Dispatch the OAM frame to the TRILL data plane to be ingressed
for transmission.
The RBridge may continue to retransmit the request at a periodic
interval until either a response is received or the re-
transmission count expires. At each new re-transmission, the
Session Identification number MUST be incremented.

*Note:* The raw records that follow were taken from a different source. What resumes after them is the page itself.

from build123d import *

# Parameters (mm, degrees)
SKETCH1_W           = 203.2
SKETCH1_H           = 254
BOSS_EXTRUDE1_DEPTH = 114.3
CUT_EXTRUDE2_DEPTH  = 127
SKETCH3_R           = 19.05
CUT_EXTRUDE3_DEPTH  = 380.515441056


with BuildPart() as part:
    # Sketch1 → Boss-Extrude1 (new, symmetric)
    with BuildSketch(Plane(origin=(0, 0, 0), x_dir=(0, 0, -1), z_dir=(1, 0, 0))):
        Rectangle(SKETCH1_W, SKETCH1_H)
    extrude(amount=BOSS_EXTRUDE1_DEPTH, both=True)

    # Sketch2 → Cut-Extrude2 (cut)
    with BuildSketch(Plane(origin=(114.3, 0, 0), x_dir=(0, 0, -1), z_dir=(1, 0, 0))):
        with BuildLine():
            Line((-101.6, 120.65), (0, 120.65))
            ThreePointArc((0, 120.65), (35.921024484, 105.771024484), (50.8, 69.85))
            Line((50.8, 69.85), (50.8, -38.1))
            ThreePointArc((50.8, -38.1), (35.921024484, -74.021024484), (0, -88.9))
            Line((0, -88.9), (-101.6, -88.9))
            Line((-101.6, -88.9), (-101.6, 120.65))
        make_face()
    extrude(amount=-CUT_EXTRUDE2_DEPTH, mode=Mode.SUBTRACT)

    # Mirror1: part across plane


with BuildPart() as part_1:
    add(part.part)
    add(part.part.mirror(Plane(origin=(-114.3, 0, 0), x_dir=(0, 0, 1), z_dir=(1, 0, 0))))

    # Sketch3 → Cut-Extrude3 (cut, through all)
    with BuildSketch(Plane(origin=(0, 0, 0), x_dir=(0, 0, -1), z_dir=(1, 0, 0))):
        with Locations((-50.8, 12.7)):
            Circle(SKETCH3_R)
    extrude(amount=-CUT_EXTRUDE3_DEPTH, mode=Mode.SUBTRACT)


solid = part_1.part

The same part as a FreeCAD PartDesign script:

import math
import FreeCAD as App
import Part
import Sketcher
from FreeCAD import Vector
Q = App.Units.Quantity


def add_polygon(sketch, points):
    """Adds a closed chain of lines whose ends are joined by coincident constraints."""
    first, n = sketch.GeometryCount, len(points)
    for a, b in zip(points, points[1:] + points[:1]):
        sketch.addGeometry(Part.LineSegment(App.Vector(*a, 0), App.Vector(*b, 0)), False)
    for i in range(n):
        sketch.addConstraint(Sketcher.Constraint("Coincident", first + i, 2, first + (i + 1) % n, 1))

doc = App.newDocument("Part")
body = doc.addObject("PartDesign::Body", "Body")

sketch1 = doc.addObject("Sketcher::SketchObject", "Sketch")
body.addObject(sketch1)
sketch1.AttachmentSupport = (doc.YZ_Plane, [""])
sketch1.MapMode = "FlatFace"
add_polygon(sketch1, [(127, 102), (-127, 102), (-127, -102), (127, -102)])
sketch1.addConstraint([
    Sketcher.Constraint("Horizontal", 0),
    Sketcher.Constraint("Vertical", 1),
    Sketcher.Constraint("Horizontal", 2),
    Sketcher.Constraint("Vertical", 3),
    Sketcher.Constraint("Symmetric", 0, 2, 2, 2, -1, 1),
    Sketcher.Constraint("DistanceX", 0, 2, 0, 1, Q("10 in")),
    Sketcher.Constraint("DistanceY", 1, 2, 1, 1, Q("8 in")),
])
pad1 = doc.addObject("PartDesign::Pad", "Pad")
body.addObject(pad1)
pad1.Profile = sketch1
pad1.Length = Q("9 in")
pad1.Midplane = True

sketch2 = doc.addObject("Sketcher::SketchObject", "Sketch001")
body.addObject(sketch2)
sketch2.AttachmentSupport = (doc.YZ_Plane, [""])
sketch2.MapMode = "FlatFace"
sketch2.AttachmentOffset = App.Placement(Vector(0, 0, 4.5 * 25.4), App.Rotation())
sketch2.addGeometry([
    Part.LineSegment(Vector(121, 0, 0), Vector(121, 102, 0)),
    Part.LineSegment(Vector(121, 102, 0), Vector(-89, 102, 0)),
    Part.LineSegment(Vector(-89, 102, 0), Vector(-89, 0, 0)),
    Part.ArcOfCircle(Part.Circle(Vector(-38, 0, 0), Vector(0, 0, 1), 51), math.radians(-180), math.radians(-90)),
    Part.LineSegment(Vector(-38, -51, 0), Vector(70, -51, 0)),
    Part.ArcOfCircle(Part.Circle(Vector(70, 0, 0), Vector(0, 0, 1), 51), math.radians(-90), math.radians(0)),
], False)
sketch2.addConstraint([
    Sketcher.Constraint("Coincident", 0, 2, 1, 1),
    Sketcher.Constraint("Coincident", 1, 2, 2, 1),
    Sketcher.Constraint("Tangent", 2, 2, 3, 1),
    Sketcher.Constraint("Tangent", 3, 2, 4, 1),
    Sketcher.Constraint("Tangent", 4, 2, 5, 1),
    Sketcher.Constraint("Tangent", 5, 2, 0, 1),
    Sketcher.Constraint("Vertical", 0),
    Sketcher.Constraint("Horizontal", 1),
    Sketcher.Constraint("Vertical", 2),
    Sketcher.Constraint("Horizontal", 4),
    Sketcher.Constraint("Equal", 3, 5),
    Sketcher.Constraint("PointOnObject", 3, 3, -1),
    Sketcher.Constraint("Radius", 3, Q("2 in")),
    Sketcher.Constraint("DistanceY", 0, 1, 0, 2, Q("4 in")),
    Sketcher.Constraint("DistanceX", 1, 2, 1, 1, Q("8.25 in")),
    Sketcher.Constraint("DistanceX", 3, 3, -1, 1, Q("1.5 in")),
])
pocket1 = doc.addObject("PartDesign::Pocket", "Pocket")
body.addObject(pocket1)
pocket1.Profile = sketch2
pocket1.Length = Q("5 in")
body2 = doc.addObject("PartDesign::Body", "Body001")
doc.recompute()

body2.BaseFeature = body
doc.recompute()

mirroring = doc.addObject("Part::Mirroring", "Mirroring")
mirroring.Source = body
mirroring.Base = Vector(-114.3, 0, 0)
mirroring.Normal = Vector(1, 0, 0)
body3 = doc.addObject("PartDesign::Body", "Body002")
body3.BaseFeature = mirroring
boolean = doc.addObject("PartDesign::Boolean", "Boolean")
body2.addObject(boolean)
boolean.Type = "Fuse"
boolean.addObjects([body3])
doc.recompute()

sketch3 = doc.addObject("Sketcher::SketchObject", "Sketch002")
body2.addObject(sketch3)
sketch3.AttachmentSupport = (doc.getObject("YZ_Plane001"), [""])
sketch3.MapMode = "FlatFace"
sketch3.addGeometry(Part.Circle(Vector(13, 51, 0), Vector(0, 0, 1), 19), False)
sketch3.addConstraint([
    Sketcher.Constraint("Diameter", 0, Q("1.5 in")),
    Sketcher.Constraint("DistanceY", -1, 1, 0, 3, Q("2 in")),
    Sketcher.Constraint("DistanceX", -1, 1, 0, 3, Q("0.5 in")),
])
pocket2 = doc.addObject("PartDesign::Pocket", "Pocket001")
body2.addObject(pocket2)
pocket2.Profile = sketch3
pocket2.Type = "ThroughAll"
mirroring.Visibility = False

doc.recompute()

At each re-
transmission, the RBridge may further reduce the scope to the
RBridges that it has not received a response from.
11.2.2. Receiving RBridge
Receiving RBridges identify multicast verification frames per the
procedure explained in sections 3.2.
CPU of the RBridge validates the frame and analyzes the scope
RBridge list. If the RBridge scope TLV is present and the local
RBridge nickname is not specified in the scope list, it will
silently discard the frame. If the local RBridge is specified in
the scope list OR RBridge scope TLV is absent, the receiving
RBridge proceeds with further processing as defined in section
11.2.3.
11.2.3. In scope RBridges
Construction of the TRILL OAM response:
TRILL OAM application encodes the received TRILL header and flow
entropy in the Original payload TLV and includes them in the OAM
message.
Set the Return Code to (0) and Return sub code to zero (0).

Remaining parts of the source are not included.